🤖 AI Summary
In dynamic multi-agent tasks—such as disaster response—environmental disturbances (e.g., weather, obstacles) and agent capability heterogeneity severely undermine the robustness of Courses of Action (COAs).
Method: We propose a joint optimization framework: (1) modeling the task space as an abstract graph; (2) designing a COA pool diversity quantification mechanism that maximizes assignment diversity while preserving agent-task compatibility; and (3) integrating genetic algorithms for multi-agent allocation with a graph neural network–enhanced policy gradient method for single-agent sequential planning.
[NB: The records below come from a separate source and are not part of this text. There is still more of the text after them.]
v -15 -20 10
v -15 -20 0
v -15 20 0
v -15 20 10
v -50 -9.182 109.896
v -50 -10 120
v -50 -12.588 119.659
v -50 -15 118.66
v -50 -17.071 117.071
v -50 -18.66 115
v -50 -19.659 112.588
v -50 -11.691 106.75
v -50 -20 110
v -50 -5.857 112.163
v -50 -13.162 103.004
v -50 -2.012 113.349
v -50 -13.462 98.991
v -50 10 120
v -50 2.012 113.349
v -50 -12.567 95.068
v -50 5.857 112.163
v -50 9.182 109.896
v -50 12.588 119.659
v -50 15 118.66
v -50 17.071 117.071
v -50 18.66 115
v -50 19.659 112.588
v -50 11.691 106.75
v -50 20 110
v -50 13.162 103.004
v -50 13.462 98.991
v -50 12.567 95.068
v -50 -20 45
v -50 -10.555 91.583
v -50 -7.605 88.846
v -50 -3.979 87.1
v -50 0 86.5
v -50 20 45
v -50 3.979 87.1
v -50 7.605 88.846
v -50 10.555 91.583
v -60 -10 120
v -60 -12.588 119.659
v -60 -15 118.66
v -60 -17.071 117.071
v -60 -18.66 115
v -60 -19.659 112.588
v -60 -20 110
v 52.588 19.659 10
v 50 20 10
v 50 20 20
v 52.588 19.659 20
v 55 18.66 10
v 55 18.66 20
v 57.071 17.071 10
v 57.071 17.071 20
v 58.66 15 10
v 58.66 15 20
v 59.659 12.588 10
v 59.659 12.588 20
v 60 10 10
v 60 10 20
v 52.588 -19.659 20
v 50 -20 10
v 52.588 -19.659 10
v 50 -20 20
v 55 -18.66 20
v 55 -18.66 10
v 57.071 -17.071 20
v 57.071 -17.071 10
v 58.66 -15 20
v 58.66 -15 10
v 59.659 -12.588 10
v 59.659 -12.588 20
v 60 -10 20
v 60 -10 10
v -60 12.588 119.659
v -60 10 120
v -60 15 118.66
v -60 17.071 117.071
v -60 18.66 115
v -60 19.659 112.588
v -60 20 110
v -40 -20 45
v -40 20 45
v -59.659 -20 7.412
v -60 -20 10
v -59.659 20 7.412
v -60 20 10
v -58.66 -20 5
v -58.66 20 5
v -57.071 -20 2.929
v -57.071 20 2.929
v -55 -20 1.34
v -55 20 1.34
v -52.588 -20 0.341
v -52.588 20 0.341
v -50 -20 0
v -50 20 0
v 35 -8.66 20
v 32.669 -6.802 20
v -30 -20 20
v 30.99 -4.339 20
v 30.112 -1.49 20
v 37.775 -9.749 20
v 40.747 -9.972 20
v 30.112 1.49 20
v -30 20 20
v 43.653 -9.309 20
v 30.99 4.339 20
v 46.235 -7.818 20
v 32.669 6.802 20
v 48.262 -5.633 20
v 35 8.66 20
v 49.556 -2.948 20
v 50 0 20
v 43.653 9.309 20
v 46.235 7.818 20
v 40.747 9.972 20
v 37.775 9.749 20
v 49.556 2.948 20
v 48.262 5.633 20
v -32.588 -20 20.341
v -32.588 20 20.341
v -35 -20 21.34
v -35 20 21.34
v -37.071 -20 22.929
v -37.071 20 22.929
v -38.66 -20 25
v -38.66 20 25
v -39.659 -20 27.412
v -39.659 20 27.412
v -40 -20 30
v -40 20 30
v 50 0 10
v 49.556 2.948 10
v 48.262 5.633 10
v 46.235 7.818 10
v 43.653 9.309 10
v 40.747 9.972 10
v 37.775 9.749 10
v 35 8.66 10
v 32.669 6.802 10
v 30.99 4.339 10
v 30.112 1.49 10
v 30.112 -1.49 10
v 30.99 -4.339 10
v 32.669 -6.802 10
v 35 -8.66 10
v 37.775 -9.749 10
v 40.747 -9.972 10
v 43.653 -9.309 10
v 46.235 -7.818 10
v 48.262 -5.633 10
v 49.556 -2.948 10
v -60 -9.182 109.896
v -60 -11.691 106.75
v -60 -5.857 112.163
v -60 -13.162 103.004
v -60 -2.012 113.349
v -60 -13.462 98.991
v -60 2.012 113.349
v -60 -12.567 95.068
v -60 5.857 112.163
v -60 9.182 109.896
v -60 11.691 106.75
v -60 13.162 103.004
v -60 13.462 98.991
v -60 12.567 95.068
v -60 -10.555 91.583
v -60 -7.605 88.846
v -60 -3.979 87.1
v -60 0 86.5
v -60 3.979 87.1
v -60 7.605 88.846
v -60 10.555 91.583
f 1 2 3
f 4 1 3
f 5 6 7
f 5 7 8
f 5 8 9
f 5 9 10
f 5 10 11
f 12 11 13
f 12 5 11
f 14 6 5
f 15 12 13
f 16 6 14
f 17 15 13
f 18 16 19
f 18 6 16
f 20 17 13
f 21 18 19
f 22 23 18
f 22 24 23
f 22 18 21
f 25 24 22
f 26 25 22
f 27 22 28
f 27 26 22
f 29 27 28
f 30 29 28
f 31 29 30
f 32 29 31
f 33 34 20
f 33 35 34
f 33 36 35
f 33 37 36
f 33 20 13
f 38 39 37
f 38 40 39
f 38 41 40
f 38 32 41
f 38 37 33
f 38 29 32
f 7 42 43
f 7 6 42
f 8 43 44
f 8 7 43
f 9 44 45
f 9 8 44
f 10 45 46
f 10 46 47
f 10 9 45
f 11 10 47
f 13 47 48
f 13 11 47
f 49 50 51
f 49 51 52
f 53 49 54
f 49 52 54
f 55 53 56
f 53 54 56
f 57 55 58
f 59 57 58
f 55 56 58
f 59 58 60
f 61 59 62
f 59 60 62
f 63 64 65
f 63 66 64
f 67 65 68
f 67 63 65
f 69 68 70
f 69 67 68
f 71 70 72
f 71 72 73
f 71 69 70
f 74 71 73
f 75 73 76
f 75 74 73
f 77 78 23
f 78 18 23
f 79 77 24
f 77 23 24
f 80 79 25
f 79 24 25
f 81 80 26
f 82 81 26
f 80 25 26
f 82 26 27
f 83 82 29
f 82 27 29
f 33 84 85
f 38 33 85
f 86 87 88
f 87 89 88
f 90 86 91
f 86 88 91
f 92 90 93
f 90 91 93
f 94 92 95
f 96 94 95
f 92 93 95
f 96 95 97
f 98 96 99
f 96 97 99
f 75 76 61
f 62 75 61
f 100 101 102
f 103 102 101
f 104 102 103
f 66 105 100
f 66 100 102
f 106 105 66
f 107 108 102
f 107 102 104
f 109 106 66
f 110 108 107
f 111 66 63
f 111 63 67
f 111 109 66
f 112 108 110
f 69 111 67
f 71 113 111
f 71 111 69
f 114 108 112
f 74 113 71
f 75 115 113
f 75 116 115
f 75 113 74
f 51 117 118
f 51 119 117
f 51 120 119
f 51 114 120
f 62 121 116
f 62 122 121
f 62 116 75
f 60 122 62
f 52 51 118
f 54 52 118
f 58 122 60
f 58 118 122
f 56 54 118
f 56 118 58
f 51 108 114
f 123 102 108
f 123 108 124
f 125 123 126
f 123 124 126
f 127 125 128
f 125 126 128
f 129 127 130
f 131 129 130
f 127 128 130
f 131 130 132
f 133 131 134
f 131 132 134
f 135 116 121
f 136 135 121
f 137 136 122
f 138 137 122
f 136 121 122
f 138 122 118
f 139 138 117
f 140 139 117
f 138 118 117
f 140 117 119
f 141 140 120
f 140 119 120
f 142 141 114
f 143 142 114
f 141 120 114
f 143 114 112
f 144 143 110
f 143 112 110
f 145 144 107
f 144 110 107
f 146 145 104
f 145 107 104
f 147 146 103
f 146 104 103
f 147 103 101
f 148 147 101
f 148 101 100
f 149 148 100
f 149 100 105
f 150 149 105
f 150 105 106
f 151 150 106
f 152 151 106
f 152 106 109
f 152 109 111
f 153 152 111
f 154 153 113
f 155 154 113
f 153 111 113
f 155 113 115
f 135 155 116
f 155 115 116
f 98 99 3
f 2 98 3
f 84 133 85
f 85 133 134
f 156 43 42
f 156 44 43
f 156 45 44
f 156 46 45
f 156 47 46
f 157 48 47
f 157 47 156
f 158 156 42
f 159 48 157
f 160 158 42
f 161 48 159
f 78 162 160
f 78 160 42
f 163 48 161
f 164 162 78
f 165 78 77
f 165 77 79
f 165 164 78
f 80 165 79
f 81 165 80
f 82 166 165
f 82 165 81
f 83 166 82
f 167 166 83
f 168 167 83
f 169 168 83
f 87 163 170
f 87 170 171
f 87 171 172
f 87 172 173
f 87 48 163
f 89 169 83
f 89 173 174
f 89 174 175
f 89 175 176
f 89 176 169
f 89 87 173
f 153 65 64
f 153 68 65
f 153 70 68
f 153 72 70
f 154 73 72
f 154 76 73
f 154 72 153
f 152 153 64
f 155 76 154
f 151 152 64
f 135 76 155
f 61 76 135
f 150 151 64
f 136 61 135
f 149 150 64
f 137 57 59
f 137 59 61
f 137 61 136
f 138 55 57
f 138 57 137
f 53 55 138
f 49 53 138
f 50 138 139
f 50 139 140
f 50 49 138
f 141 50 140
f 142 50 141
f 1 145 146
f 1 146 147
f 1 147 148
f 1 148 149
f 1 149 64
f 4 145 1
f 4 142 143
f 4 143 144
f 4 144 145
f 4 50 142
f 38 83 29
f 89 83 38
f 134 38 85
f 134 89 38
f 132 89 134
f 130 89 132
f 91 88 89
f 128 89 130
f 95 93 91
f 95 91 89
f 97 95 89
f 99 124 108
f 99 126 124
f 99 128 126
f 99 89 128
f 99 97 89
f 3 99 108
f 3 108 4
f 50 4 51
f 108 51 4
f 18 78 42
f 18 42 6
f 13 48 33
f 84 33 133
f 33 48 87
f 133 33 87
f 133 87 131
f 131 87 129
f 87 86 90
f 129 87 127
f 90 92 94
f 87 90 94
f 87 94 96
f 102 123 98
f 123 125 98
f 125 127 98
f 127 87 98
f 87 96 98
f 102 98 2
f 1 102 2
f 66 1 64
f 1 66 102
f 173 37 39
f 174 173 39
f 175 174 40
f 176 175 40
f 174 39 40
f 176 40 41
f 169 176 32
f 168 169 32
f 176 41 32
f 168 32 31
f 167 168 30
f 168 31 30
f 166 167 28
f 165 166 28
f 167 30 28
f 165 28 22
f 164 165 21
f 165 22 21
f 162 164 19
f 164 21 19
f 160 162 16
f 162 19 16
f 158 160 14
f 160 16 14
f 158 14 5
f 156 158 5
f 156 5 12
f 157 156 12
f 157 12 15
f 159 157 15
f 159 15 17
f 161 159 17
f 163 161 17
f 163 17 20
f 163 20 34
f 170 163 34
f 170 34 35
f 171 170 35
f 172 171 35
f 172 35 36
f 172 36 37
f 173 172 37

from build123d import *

# Parameters (mm, degrees)
SKETCH2_W           = 120
SKETCH2_H           = 40
BOSS_EXTRUDE1_DEPTH = 20
SKETCH3_W           = 20
SKETCH3_H           = 40
BOSS_EXTRUDE2_DEPTH = 100
SKETCH4_W           = 75
SKETCH4_H           = 40
CUT_EXTRUDE1_DEPTH  = 10
SKETCH5_W           = 75
SKETCH5_H           = 40
CUT_EXTRUDE2_DEPTH  = 10
CUT_EXTRUDE3_REACH  = 12
SKETCH6_R           = 13.5
FILLET2_R           = 10
SKETCH7_R           = 10
CUT_EXTRUDE4_DEPTH  = 10
FILLET3_R           = 10


with BuildPart() as part:
    # Sketch2 → Boss-Extrude1 (new body)
    with BuildSketch(Plane.XY):
        Rectangle(SKETCH2_W, SKETCH2_H)
    extrude(amount=BOSS_EXTRUDE1_DEPTH)

    # Sketch3 → Boss-Extrude2 (add)
    with BuildSketch(Plane.XY.offset(20)):
        with Locations((-50, 0)):
            Rectangle(SKETCH3_W, SKETCH3_H)
    extrude(amount=BOSS_EXTRUDE2_DEPTH)

    # Sketch4 → Cut-Extrude1 (cut)
    with BuildSketch(Plane(origin=(0, 0, 0), x_dir=(-1, 0, 0), z_dir=(0, 0, -1))):
        with Locations((-22.5, 0)):
            Rectangle(SKETCH4_W, SKETCH4_H)
    extrude(amount=-CUT_EXTRUDE1_DEPTH, mode=Mode.SUBTRACT)

    # Sketch5 → Cut-Extrude2 (cut)
    with BuildSketch(Plane(origin=(-40, 0, 0), x_dir=(0, 0, -1), z_dir=(1, 0, 0))):
        with Locations((-82.5, 0)):
            Rectangle(SKETCH5_W, SKETCH5_H)
    extrude(amount=-CUT_EXTRUDE2_DEPTH, mode=Mode.SUBTRACT)

    # Sketch6 → Cut-Extrude3 (cut, up to next)
    with BuildSketch(Plane(origin=(-50, 0, 0), x_dir=(0, 0, -1), z_dir=(1, 0, 0)), mode=Mode.PRIVATE) as cut_extrude3_sk1:
        with Locations((-100, 0)):
            Circle(SKETCH6_R)
    cut_extrude3_tool1 = extrude(cut_extrude3_sk1.sketch, amount=-CUT_EXTRUDE3_REACH, mode=Mode.PRIVATE) & part.part
    add(cut_extrude3_tool1.solids().sort_by_distance((-50, 0, 100))[0], mode=Mode.SUBTRACT)

    # Fillet2
    fillet2_edges = [part.edges().sort_by_distance(p)[0] for p in [
        (60, 20, 15),
        (60, -20, 15),
        (-55, -20, 120),
        (-55, 20, 120),
        (-60, 0, 0),
    ]]
    fillet(fillet2_edges, radius=FILLET2_R)

    # Sketch7 → Cut-Extrude4 (cut)
    with BuildSketch(Plane.XY.offset(20)):
        with Locations((40, 0)):
            Circle(SKETCH7_R)
    extrude(amount=-CUT_EXTRUDE4_DEPTH, mode=Mode.SUBTRACT)

    # Fillet3
    fillet3_edges = [part.edges().sort_by_distance(p)[0] for p in [
        (-40, 0, 20),
    ]]
    fillet(fillet3_edges, radius=FILLET3_R)


solid = part.part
Results: In simulation, our approach generates 20 high-quality COAs within 50 minutes; task sequencing approaches optimality, and execution performance significantly outperforms random baselines. The framework substantially improves scheduling adaptability and robustness in complex, dynamic environments.
📝 Abstract
Operations in disaster response, search & rescue, and military missions that involve multiple agents demand automated processes to support the planning of the courses of action (COA). Moreover, traverse-affecting changes in the environment (rain, snow, blockades, etc.) may impact the expected performance of a COA, making it desirable to have a pool of COAs that are diverse in task distributions across agents. Further, variations in agent capabilities, which could be human crews and/or autonomous systems, present practical opportunities and computational challenges to the planning process. This paper presents a new theoretical formulation and computational framework to generate such diverse pools of COAs for operations with soft variations in agent-task compatibility. Key to the problem formulation is a graph abstraction of the task space and the pool of COAs itself to quantify its diversity. Formulating the COAs as a centralized multi-robot task allocation problem, a genetic algorithm is used for (order-ignoring) allocations of tasks to each agent that jointly maximize diversity within the COA pool and overall compatibility of the agent-task mappings. A graph neural network is trained using a policy gradient approach to then perform single agent task sequencing in each COA, which maximizes completion rates adaptive to task features. Our tests of the COA generation process in a simulated environment demonstrate significant performance gain over a random walk baseline, small optimality gap in task sequencing, and execution time of about 50 minutes to plan up to 20 COAs for 5 agent/100 task operations.